So far I achieved building a cube map following this tutorial. Then I drew three points using glDrawArrays(GL_POINTS,0,3) and calculate the normals based on a sphere.

To compute the incoming light direction and hence the reflection vector I need the surface position. My questions are

  1. Do I need view-space or world-space coordinates for each fragment?
  2. How to compute the surface position for each fragment?
  3. What's the difference between computing lighting in view-space vs. world-space?

Forgot to mention that this is the way I compute the Normal for the spheres

vec3 N;
N.xy = gl_PointCoord * 2.0f - 1.0f;
float mag = dot(N.xy,N.xy);
if(mag > 1.0f) discard;
N.z = sqrt(1.0f - mag);
N = normalize(N);
  • 1
    \$\begingroup\$ You might (or not) need to change your (mag > 1.0f) to (mag >= 1.0f) or even slightly smaller (mag >= 0.98f) to prevent crazy reflection/lighting rounding errors when nearing the edges. I'd do it just to be safe with all the different GPUs & drivers out there. \$\endgroup\$ Dec 26, 2014 at 19:27

1 Answer 1


The surface position is the normal itself multiplied by the size of the sphere (point sprite) plus the sphere origin.

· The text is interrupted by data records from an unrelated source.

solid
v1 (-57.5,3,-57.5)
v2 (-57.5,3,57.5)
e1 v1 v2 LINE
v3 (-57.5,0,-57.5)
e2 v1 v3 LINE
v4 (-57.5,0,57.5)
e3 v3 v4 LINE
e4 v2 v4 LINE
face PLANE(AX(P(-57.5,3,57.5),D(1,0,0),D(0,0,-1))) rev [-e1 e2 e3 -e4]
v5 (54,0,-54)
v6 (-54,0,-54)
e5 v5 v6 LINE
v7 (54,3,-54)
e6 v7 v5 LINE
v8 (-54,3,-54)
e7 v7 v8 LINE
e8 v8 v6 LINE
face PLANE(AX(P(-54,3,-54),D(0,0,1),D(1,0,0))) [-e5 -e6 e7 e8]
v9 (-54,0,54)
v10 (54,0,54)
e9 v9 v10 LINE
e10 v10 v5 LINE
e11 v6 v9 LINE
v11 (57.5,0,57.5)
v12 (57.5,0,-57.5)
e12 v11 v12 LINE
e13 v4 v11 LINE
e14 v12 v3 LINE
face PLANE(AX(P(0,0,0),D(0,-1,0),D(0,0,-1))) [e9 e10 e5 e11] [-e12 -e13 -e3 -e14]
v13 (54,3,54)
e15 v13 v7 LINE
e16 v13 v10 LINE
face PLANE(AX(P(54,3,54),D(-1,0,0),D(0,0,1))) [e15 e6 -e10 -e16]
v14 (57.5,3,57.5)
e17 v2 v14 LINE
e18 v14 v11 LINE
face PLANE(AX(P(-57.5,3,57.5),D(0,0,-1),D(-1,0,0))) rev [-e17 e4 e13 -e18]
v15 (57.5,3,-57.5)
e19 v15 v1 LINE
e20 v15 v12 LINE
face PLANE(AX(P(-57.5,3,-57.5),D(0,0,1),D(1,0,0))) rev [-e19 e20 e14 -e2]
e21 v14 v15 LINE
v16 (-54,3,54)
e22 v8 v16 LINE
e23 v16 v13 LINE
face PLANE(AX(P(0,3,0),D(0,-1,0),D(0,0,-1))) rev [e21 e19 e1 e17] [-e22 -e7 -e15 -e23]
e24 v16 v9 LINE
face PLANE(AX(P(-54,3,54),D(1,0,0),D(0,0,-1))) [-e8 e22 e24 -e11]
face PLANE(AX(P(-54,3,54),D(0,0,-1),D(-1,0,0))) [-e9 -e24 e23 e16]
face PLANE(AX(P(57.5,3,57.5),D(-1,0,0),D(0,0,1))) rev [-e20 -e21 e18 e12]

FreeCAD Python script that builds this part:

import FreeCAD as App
import Part
import Sketcher

V = App.Vector
Q = App.Units.Quantity

doc = App.newDocument("Part")
params = doc.addObject("Spreadsheet::Sheet", "Params")
for row, (alias, value) in enumerate([
    ("sketch1_width", "115 mm"),
    ("sketch1_width2", "108 mm"),
    ("pad1_length", "3 mm"),
], start=1):
    params.set(f"A{row}", alias)
    params.set(f"B{row}", "=" + value)
    params.setAlias(f"B{row}", alias)

body = doc.addObject("PartDesign::Body", "Body")

sketch1 = doc.addObject("Sketcher::SketchObject", "Sketch")
body.addObject(sketch1)
sketch1.AttachmentSupport = (doc.XZ_Plane, [""])
sketch1.MapMode = "FlatFace"
sketch1.addGeometry([
    Part.LineSegment(V(-58, -58, 0), V(-58, 58, 0)),
    Part.LineSegment(V(-58, 58, 0), V(58, 58, 0)),
    Part.LineSegment(V(58, 58, 0), V(58, -58, 0)),
    Part.LineSegment(V(58, -58, 0), V(-58, -58, 0)),
    Part.LineSegment(V(54, 54, 0), V(-54, 54, 0)),
    Part.LineSegment(V(-54, 54, 0), V(-54, -54, 0)),
    Part.LineSegment(V(-54, -54, 0), V(54, -54, 0)),
    Part.LineSegment(V(54, -54, 0), V(54, 54, 0)),
], False)
sketch1.addConstraint([
    Sketcher.Constraint("Coincident", 0, 2, 1, 1),
    Sketcher.Constraint("Coincident", 1, 2, 2, 1),
    Sketcher.Constraint("Coincident", 2, 2, 3, 1),
    Sketcher.Constraint("Coincident", 3, 2, 0, 1),
    Sketcher.Constraint("Coincident", 4, 2, 5, 1),
    Sketcher.Constraint("Coincident", 5, 2, 6, 1),
    Sketcher.Constraint("Coincident", 6, 2, 7, 1),
    Sketcher.Constraint("Coincident", 7, 2, 4, 1),
    Sketcher.Constraint("Vertical", 0),
    Sketcher.Constraint("Horizontal", 1),
    Sketcher.Constraint("Vertical", 2),
    Sketcher.Constraint("Horizontal", 3),
    Sketcher.Constraint("Horizontal", 4),
    Sketcher.Constraint("Vertical", 5),
    Sketcher.Constraint("Horizontal", 6),
    Sketcher.Constraint("Vertical", 7),
    Sketcher.Constraint("Symmetric", 0, 2, 2, 2, -1, 1),
    Sketcher.Constraint("Symmetric", 4, 2, 6, 2, -1, 1),
    Sketcher.Constraint("Equal", 3, 0),
    Sketcher.Constraint("Equal", 6, 5),
    Sketcher.Constraint("DistanceX", 1, 1, 1, 2, Q("115 mm")),
    Sketcher.Constraint("DistanceX", 4, 2, 4, 1, Q("108 mm")),
])
sketch1.setExpression("Constraints[20]", "Params.sketch1_width")
sketch1.setExpression("Constraints[21]", "Params.sketch1_width2")
pad1 = doc.addObject("PartDesign::Pad", "Pad")
body.addObject(pad1)
pad1.Profile = sketch1
pad1.setExpression("Length", "Params.pad1_length")
pad1.Reversed = True

doc.recompute()
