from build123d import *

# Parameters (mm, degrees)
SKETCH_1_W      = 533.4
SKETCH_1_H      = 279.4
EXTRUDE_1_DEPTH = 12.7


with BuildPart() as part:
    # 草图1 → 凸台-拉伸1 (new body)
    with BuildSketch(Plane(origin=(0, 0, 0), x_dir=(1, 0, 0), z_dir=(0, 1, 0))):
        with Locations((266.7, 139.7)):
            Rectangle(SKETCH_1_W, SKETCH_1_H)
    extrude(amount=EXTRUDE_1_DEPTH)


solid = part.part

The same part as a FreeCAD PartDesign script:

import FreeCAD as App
import Part
import Sketcher
from FreeCAD import Vector
Q = App.Units.Quantity

doc = App.newDocument("Part")
body = doc.addObject("PartDesign::Body", "Body")

# Sketch on XZ plane
sketch1 = doc.addObject("Sketcher::SketchObject", "Sketch")
body.addObject(sketch1)
sketch1.AttachmentSupport = (doc.XZ_Plane, [""])
sketch1.MapMode = "FlatFace"
sketch1.addGeometry([
    Part.LineSegment(Vector(0, -279, 0), Vector(0, 0, 0)),
    Part.LineSegment(Vector(0, 0, 0), Vector(533, 0, 0)),
    Part.LineSegment(Vector(533, 0, 0), Vector(533, -279, 0)),
    Part.LineSegment(Vector(533, -279, 0), Vector(0, -279, 0)),
], False)
sketch1.addConstraint([
    Sketcher.Constraint("Coincident", 0, 2, 1, 1),
    Sketcher.Constraint("Coincident", 1, 2, 2, 1),
    Sketcher.Constraint("Coincident", 2, 2, 3, 1),
    Sketcher.Constraint("Coincident", 3, 2, 0, 1),
    Sketcher.Constraint("Vertical", 0),
    Sketcher.Constraint("Horizontal", 1),
    Sketcher.Constraint("Vertical", 2),
    Sketcher.Constraint("Horizontal", 3),
    Sketcher.Constraint("Coincident", 0, 2, -1, 1),
    Sketcher.Constraint("DistanceX", 1, 1, 1, 2, Q("21 in")),
    Sketcher.Constraint("DistanceY", 0, 1, 0, 2, Q("11 in")),
])
pad1 = doc.addObject("PartDesign::Pad", "Pad")
body.addObject(pad1)
pad1.Profile = sketch1
pad1.Length = Q("0.5 in")
pad1.Reversed = True

doc.recompute()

Keep in mind a point sprite is a slice of the sphere at its center and not the surface of it so there will be some slight error due to the perspective projection not being accounted for but that's par for the course when we cheat using point sprites. (It works perfectly for parallel (ortho) projections)

If you look at it closely you'll see issues with the reflection/lighting but it falls into the [close enough] category and wont really be visible on tiny "spheres".

enter image description here

You can fix this but it roughly doubles the shader cost.

Note that this example is quite extreme with the player's nose about 10 cm (3 inches) from the sphere, the further you are the more "parallel" the view gets and the smaller the error is. If this is important then you should probably switch to a regular sphere mesh as the camera gets closer or use a shader with correction but only for those close to the camera.

The situation is complicated further with point-sprites that are off-center:

enter image description here

That said, points sprites are really cool for bullet hell shooters and retro feel, as well as far-away approximations of spheres (planets, stars, boulders, bushes, pack of leaves, etc). Just don't spend too much effort trying to get them to look like perfect spheres in close-up situation the GPU will spend more time on this than with a bunch of simple triangles.

If you want Mario64 retro-feel with giant point sprites you don't need to correct them, and if you need good looking spheres then use point-sprites only for spheres smaller than 32 or even 16 pixels of radius and actual 3D meshes with different levels of details for larger and larger spheres as the camera gets closer.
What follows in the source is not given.